Я бесконечно восхищался Лурией, еще когда был студентом-медиком и даже раньше. Когда в 1959 году слушал его лекцию в Лондоне, то был поражен сочетанием интеллектуальной мощи и человеческого тепла – с этими качествами мне часто приходилось сталкиваться по отдельности, но они не слишком часто встречаются вместе у одного человека, – и именно это сочетание доставляло мне такое удовольствие в его работах, которые представляли собой действенное противоядие от определенных тенденций в медицинских сочинениях, где авторы старались избавиться от всего субъективного и рефлективного. В ранних работах Лурии характеры были, пожалуй, несколько ходульными, но в них чувствовалась интеллектуальная теплота, и они росли в своей цельности, по мере того как Лурия становился старше. Кульминация наступила в его двух поздних сочинениях «Ум мнемониста» и «Человек с расколотым миром». Я не знаю, какая из этих работ повлияла на меня больше, но они вселили в меня смелость и облегчили написание и издание «Пробуждений».
Лурия часто говорил, что вынужден писать книги двух типов, весьма различных между собой, но взаимно дополняющих друг друга: «классические» аналитические тексты (например, «Высшие корковые функции у человека») и «романтические», «биографические» книги (например, «Ум мнемониста» и «Человек с расколотым миром»).

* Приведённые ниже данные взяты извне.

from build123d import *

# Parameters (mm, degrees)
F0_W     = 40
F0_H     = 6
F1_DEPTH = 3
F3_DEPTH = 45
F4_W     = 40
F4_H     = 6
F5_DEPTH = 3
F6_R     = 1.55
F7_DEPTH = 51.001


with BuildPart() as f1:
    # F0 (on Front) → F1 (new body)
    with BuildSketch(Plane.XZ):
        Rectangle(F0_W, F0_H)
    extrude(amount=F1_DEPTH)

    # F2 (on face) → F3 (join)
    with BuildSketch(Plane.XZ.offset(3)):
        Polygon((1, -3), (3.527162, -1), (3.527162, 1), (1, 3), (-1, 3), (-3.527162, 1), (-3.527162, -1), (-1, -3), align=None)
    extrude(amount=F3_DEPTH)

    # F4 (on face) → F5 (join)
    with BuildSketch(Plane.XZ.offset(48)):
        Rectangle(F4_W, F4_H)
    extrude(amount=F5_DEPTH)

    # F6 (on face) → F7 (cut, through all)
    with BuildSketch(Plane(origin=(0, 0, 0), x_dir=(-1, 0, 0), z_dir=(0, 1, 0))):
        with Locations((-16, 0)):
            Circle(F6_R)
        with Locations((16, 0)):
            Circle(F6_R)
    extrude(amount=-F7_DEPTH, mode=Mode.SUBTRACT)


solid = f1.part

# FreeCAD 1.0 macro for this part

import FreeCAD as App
import Part
import Sketcher

V = App.Vector

doc = App.newDocument("Part")
body = doc.addObject("PartDesign::Body", "Body")

# Sketch on XZ plane
sketch1 = body.newObject("Sketcher::SketchObject", "Sketch")
sketch1.AttachmentSupport = (doc.getObject("XZ_Plane"), [""])
sketch1.MapMode = "FlatFace"
sketch1.addGeometry(Part.LineSegment(V(-20, 3, 0), V(-20, -3, 0)), False)
sketch1.addGeometry(Part.LineSegment(V(-20, -3, 0), V(20, -3, 0)), False)
sketch1.addGeometry(Part.LineSegment(V(20, -3, 0), V(20, 3, 0)), False)
sketch1.addGeometry(Part.LineSegment(V(20, 3, 0), V(-20, 3, 0)), False)
sketch1.addConstraint(Sketcher.Constraint("Coincident", 0, 2, 1, 1))
sketch1.addConstraint(Sketcher.Constraint("Coincident", 1, 2, 2, 1))
sketch1.addConstraint(Sketcher.Constraint("Coincident", 2, 2, 3, 1))
sketch1.addConstraint(Sketcher.Constraint("Coincident", 3, 2, 0, 1))
sketch1.addConstraint(Sketcher.Constraint("Vertical", 0))
sketch1.addConstraint(Sketcher.Constraint("Horizontal", 1))
sketch1.addConstraint(Sketcher.Constraint("Vertical", 2))
sketch1.addConstraint(Sketcher.Constraint("Horizontal", 3))
sketch1.addConstraint(Sketcher.Constraint("Symmetric", 0, 2, 2, 2, -1, 1))
sketch1.addConstraint(Sketcher.Constraint("DistanceX", 1, 1, 1, 2, 40.0))
sketch1.addConstraint(Sketcher.Constraint("DistanceY", 0, 2, 0, 1, 6.0))
pad1 = body.newObject("PartDesign::Pad", "Pad")
pad1.Profile = sketch1
pad1.Length = 3

# Sketch on XZ plane
sketch2 = body.newObject("Sketcher::SketchObject", "Sketch001")
sketch2.AttachmentSupport = (doc.getObject("XZ_Plane"), [""])
sketch2.MapMode = "FlatFace"
sketch2.AttachmentOffset = App.Placement(V(0, 0, 3), App.Rotation())
sketch2.addGeometry(Part.LineSegment(V(1, -3, 0), V(3.5, -1, 0)), False)
sketch2.addGeometry(Part.LineSegment(V(3.5, -1, 0), V(3.5, 1, 0)), False)
sketch2.addGeometry(Part.LineSegment(V(3.5, 1, 0), V(1, 3, 0)), False)
sketch2.addGeometry(Part.LineSegment(V(1, 3, 0), V(-1, 3, 0)), False)
sketch2.addGeometry(Part.LineSegment(V(-1, 3, 0), V(-3.5, 1, 0)), False)
sketch2.addGeometry(Part.LineSegment(V(-3.5, 1, 0), V(-3.5, -1, 0)), False)
sketch2.addGeometry(Part.LineSegment(V(-3.5, -1, 0), V(-1, -3, 0)), False)
sketch2.addGeometry(Part.LineSegment(V(-1, -3, 0), V(1, -3, 0)), False)
sketch2.addConstraint(Sketcher.Constraint("Coincident", 0, 2, 1, 1))
sketch2.addConstraint(Sketcher.Constraint("Coincident", 1, 2, 2, 1))
sketch2.addConstraint(Sketcher.Constraint("Coincident", 2, 2, 3, 1))
sketch2.addConstraint(Sketcher.Constraint("Coincident", 3, 2, 4, 1))
sketch2.addConstraint(Sketcher.Constraint("Coincident", 4, 2, 5, 1))
sketch2.addConstraint(Sketcher.Constraint("Coincident", 5, 2, 6, 1))
sketch2.addConstraint(Sketcher.Constraint("Coincident", 6, 2, 7, 1))
sketch2.addConstraint(Sketcher.Constraint("Coincident", 7, 2, 0, 1))
sketch2.addConstraint(Sketcher.Constraint("Vertical", 1))
sketch2.addConstraint(Sketcher.Constraint("Horizontal", 3))
sketch2.addConstraint(Sketcher.Constraint("Vertical", 5))
sketch2.addConstraint(Sketcher.Constraint("Horizontal", 7))
sketch2.addConstraint(Sketcher.Constraint("Symmetric", 0, 2, 4, 2, -1, 1))
sketch2.addConstraint(Sketcher.Constraint("Symmetric", 2, 2, 6, 2, -1, 1))
sketch2.addConstraint(Sketcher.Constraint("Parallel", 0, 4))
sketch2.addConstraint(Sketcher.Constraint("Parallel", 2, 6))
sketch2.addConstraint(Sketcher.Constraint("Horizontal", 1, 2, 4, 2))
sketch2.addConstraint(Sketcher.Constraint("Vertical", 3, 2, 6, 2))
sketch2.addConstraint(Sketcher.Constraint("Equal", 7, 1))
sketch2.addConstraint(Sketcher.Constraint("DistanceX", 3, 2, 3, 1, 2.0))
sketch2.addConstraint(Sketcher.Constraint("DistanceY", -1, 1, 2, 2, 3.0))
sketch2.addConstraint(Sketcher.Constraint("Distance", 0, 3.222817))
pad2 = body.newObject("PartDesign::Pad", "Pad001")
pad2.Profile = sketch2
pad2.Length = 45

# Sketch on XZ plane
sketch3 = body.newObject("Sketcher::SketchObject", "Sketch002")
sketch3.AttachmentSupport = (doc.getObject("XZ_Plane"), [""])
sketch3.MapMode = "FlatFace"
sketch3.AttachmentOffset = App.Placement(V(0, 0, 48), App.Rotation())
sketch3.addGeometry(Part.LineSegment(V(-20, 3, 0), V(-20, -3, 0)), False)
sketch3.addGeometry(Part.LineSegment(V(-20, -3, 0), V(20, -3, 0)), False)
sketch3.addGeometry(Part.LineSegment(V(20, -3, 0), V(20, 3, 0)), False)
sketch3.addGeometry(Part.LineSegment(V(20, 3, 0), V(-20, 3, 0)), False)
sketch3.addConstraint(Sketcher.Constraint("Coincident", 0, 2, 1, 1))
sketch3.addConstraint(Sketcher.Constraint("Coincident", 1, 2, 2, 1))
sketch3.addConstraint(Sketcher.Constraint("Coincident", 2, 2, 3, 1))
sketch3.addConstraint(Sketcher.Constraint("Coincident", 3, 2, 0, 1))
sketch3.addConstraint(Sketcher.Constraint("Vertical", 0))
sketch3.addConstraint(Sketcher.Constraint("Horizontal", 1))
sketch3.addConstraint(Sketcher.Constraint("Vertical", 2))
sketch3.addConstraint(Sketcher.Constraint("Horizontal", 3))
sketch3.addConstraint(Sketcher.Constraint("Symmetric", 0, 2, 2, 2, -1, 1))
sketch3.addConstraint(Sketcher.Constraint("DistanceX", 1, 1, 1, 2, 40.0))
sketch3.addConstraint(Sketcher.Constraint("DistanceY", 0, 2, 0, 1, 6.0))
pad3 = body.newObject("PartDesign::Pad", "Pad002")
pad3.Profile = sketch3
pad3.Length = 3

# Sketch on XZ plane
sketch4 = body.newObject("Sketcher::SketchObject", "Sketch003")
sketch4.AttachmentSupport = (doc.getObject("XZ_Plane"), [""])
sketch4.MapMode = "FlatFace"
sketch4.addGeometry(Part.Circle(V(16, 0, 0), V(0, 0, 1), 1.6), False)
sketch4.addGeometry(Part.Circle(V(-16, 0, 0), V(0, 0, 1), 1.6), False)
sketch4.addConstraint(Sketcher.Constraint("Equal", 0, 1))
sketch4.addConstraint(Sketcher.Constraint("Symmetric", 0, 3, 1, 3, -1, 1))
sketch4.addConstraint(Sketcher.Constraint("PointOnObject", 0, 3, -1))
sketch4.addConstraint(Sketcher.Constraint("Diameter", 0, 3.1))
sketch4.addConstraint(Sketcher.Constraint("DistanceX", -1, 1, 0, 3, 16.0))
pocket1 = body.newObject("PartDesign::Pocket", "Pocket")
pocket1.Profile = sketch4
pocket1.Type = "ThroughAll"
pocket1.Reversed = True

doc.recompute()
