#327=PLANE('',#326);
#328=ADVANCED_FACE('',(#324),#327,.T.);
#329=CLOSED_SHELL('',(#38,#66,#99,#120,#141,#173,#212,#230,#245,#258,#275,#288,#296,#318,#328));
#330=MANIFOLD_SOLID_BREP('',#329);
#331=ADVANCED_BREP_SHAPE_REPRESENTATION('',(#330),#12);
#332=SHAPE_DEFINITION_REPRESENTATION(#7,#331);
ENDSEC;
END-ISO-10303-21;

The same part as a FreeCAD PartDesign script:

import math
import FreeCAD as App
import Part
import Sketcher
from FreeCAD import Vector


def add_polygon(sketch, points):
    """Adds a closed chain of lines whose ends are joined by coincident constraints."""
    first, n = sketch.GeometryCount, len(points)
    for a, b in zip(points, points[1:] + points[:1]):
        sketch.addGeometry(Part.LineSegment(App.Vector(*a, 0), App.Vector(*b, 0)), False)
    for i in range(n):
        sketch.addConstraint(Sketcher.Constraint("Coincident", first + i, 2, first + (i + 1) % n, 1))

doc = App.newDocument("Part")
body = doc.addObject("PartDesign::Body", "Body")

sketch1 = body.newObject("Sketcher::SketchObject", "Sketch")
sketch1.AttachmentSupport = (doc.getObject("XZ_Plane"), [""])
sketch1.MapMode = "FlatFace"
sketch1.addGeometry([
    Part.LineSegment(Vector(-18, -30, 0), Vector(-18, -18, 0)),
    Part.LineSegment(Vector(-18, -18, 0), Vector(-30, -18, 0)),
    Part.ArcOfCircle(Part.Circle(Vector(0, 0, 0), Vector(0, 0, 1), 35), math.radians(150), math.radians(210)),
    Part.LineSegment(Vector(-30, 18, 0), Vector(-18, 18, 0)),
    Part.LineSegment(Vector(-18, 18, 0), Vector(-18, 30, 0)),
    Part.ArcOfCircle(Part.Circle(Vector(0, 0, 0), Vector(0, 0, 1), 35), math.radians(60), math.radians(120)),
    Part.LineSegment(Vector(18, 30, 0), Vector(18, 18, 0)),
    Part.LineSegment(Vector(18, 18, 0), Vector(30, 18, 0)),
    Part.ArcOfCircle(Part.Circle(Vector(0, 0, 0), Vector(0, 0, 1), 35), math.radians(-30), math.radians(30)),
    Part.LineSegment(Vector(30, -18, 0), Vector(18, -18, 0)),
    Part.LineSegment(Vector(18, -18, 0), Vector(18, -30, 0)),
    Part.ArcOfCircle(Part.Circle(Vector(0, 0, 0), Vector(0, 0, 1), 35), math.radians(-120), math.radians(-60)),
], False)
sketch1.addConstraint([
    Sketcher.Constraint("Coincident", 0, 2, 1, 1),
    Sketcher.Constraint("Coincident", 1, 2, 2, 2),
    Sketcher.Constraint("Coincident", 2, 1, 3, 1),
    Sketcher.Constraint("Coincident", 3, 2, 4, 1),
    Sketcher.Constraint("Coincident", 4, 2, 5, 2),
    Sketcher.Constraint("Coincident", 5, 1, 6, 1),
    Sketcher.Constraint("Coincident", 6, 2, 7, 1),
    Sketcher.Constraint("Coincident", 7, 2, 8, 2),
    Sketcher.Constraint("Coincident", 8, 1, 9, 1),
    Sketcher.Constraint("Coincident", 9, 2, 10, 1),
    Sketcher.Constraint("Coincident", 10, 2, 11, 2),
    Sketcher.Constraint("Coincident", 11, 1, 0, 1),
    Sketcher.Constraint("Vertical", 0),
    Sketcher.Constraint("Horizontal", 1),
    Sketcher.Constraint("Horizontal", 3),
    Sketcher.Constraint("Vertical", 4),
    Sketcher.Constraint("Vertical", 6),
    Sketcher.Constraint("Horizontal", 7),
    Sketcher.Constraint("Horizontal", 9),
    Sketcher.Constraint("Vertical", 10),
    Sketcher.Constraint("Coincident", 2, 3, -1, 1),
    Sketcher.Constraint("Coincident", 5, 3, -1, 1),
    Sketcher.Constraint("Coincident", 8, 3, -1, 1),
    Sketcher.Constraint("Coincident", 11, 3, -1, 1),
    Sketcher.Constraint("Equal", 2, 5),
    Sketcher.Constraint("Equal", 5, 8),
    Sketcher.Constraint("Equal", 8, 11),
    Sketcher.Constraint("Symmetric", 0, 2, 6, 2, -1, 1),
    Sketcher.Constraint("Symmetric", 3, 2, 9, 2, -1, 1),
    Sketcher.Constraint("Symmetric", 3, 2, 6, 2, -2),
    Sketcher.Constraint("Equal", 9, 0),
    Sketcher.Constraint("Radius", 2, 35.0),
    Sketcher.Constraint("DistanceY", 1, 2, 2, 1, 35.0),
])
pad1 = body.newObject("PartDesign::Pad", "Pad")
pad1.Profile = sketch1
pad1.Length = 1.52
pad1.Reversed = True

Я всегда сознавал эту двойную необходимость и всегда находил, что для освещения какой-либо клинической проблемы или для осмысления какого-либо конкретного клинического опыта потенциально требуется две книги: одна чисто «классическая», или «медицинская», – объективное описание расстройства, механизмов, синдромов; другая более экзистенциальная и личностная, с сочувственным проникновением в опыт и ощущения, во внутренний мир больного. Две такие книги зрели во мне, когда я впервые увидел постэнцефалитических больных: «Компульсия и скованность» (исследование подкорковых нарушений и механизмов их развития) и «Люди бездны» (романическое произведение в духе Джека Лондона). В 1969 году эти две книги наконец соединились у меня в одну – в книгу, которую я попытался сделать как «классической», так и «романтической». Она нашла свое место на пересечении биологии и биографии, соединила в себе, насколько это оказалось возможным, признаки научной парадигмы и искусства.
Но ни одна из этих моделей, в конце концов, не оказалась соответствующей моим требованиям, ибо то, что я искал, и то, что мне нужно было передать, не было ни чисто классическим, ни чисто романтическим, все это вписывалось в царство аллегории или мифа. Даже заголовок – «Пробуждения» – отчасти буквален, но отчасти несет на себе отпечаток аллегории или мифа.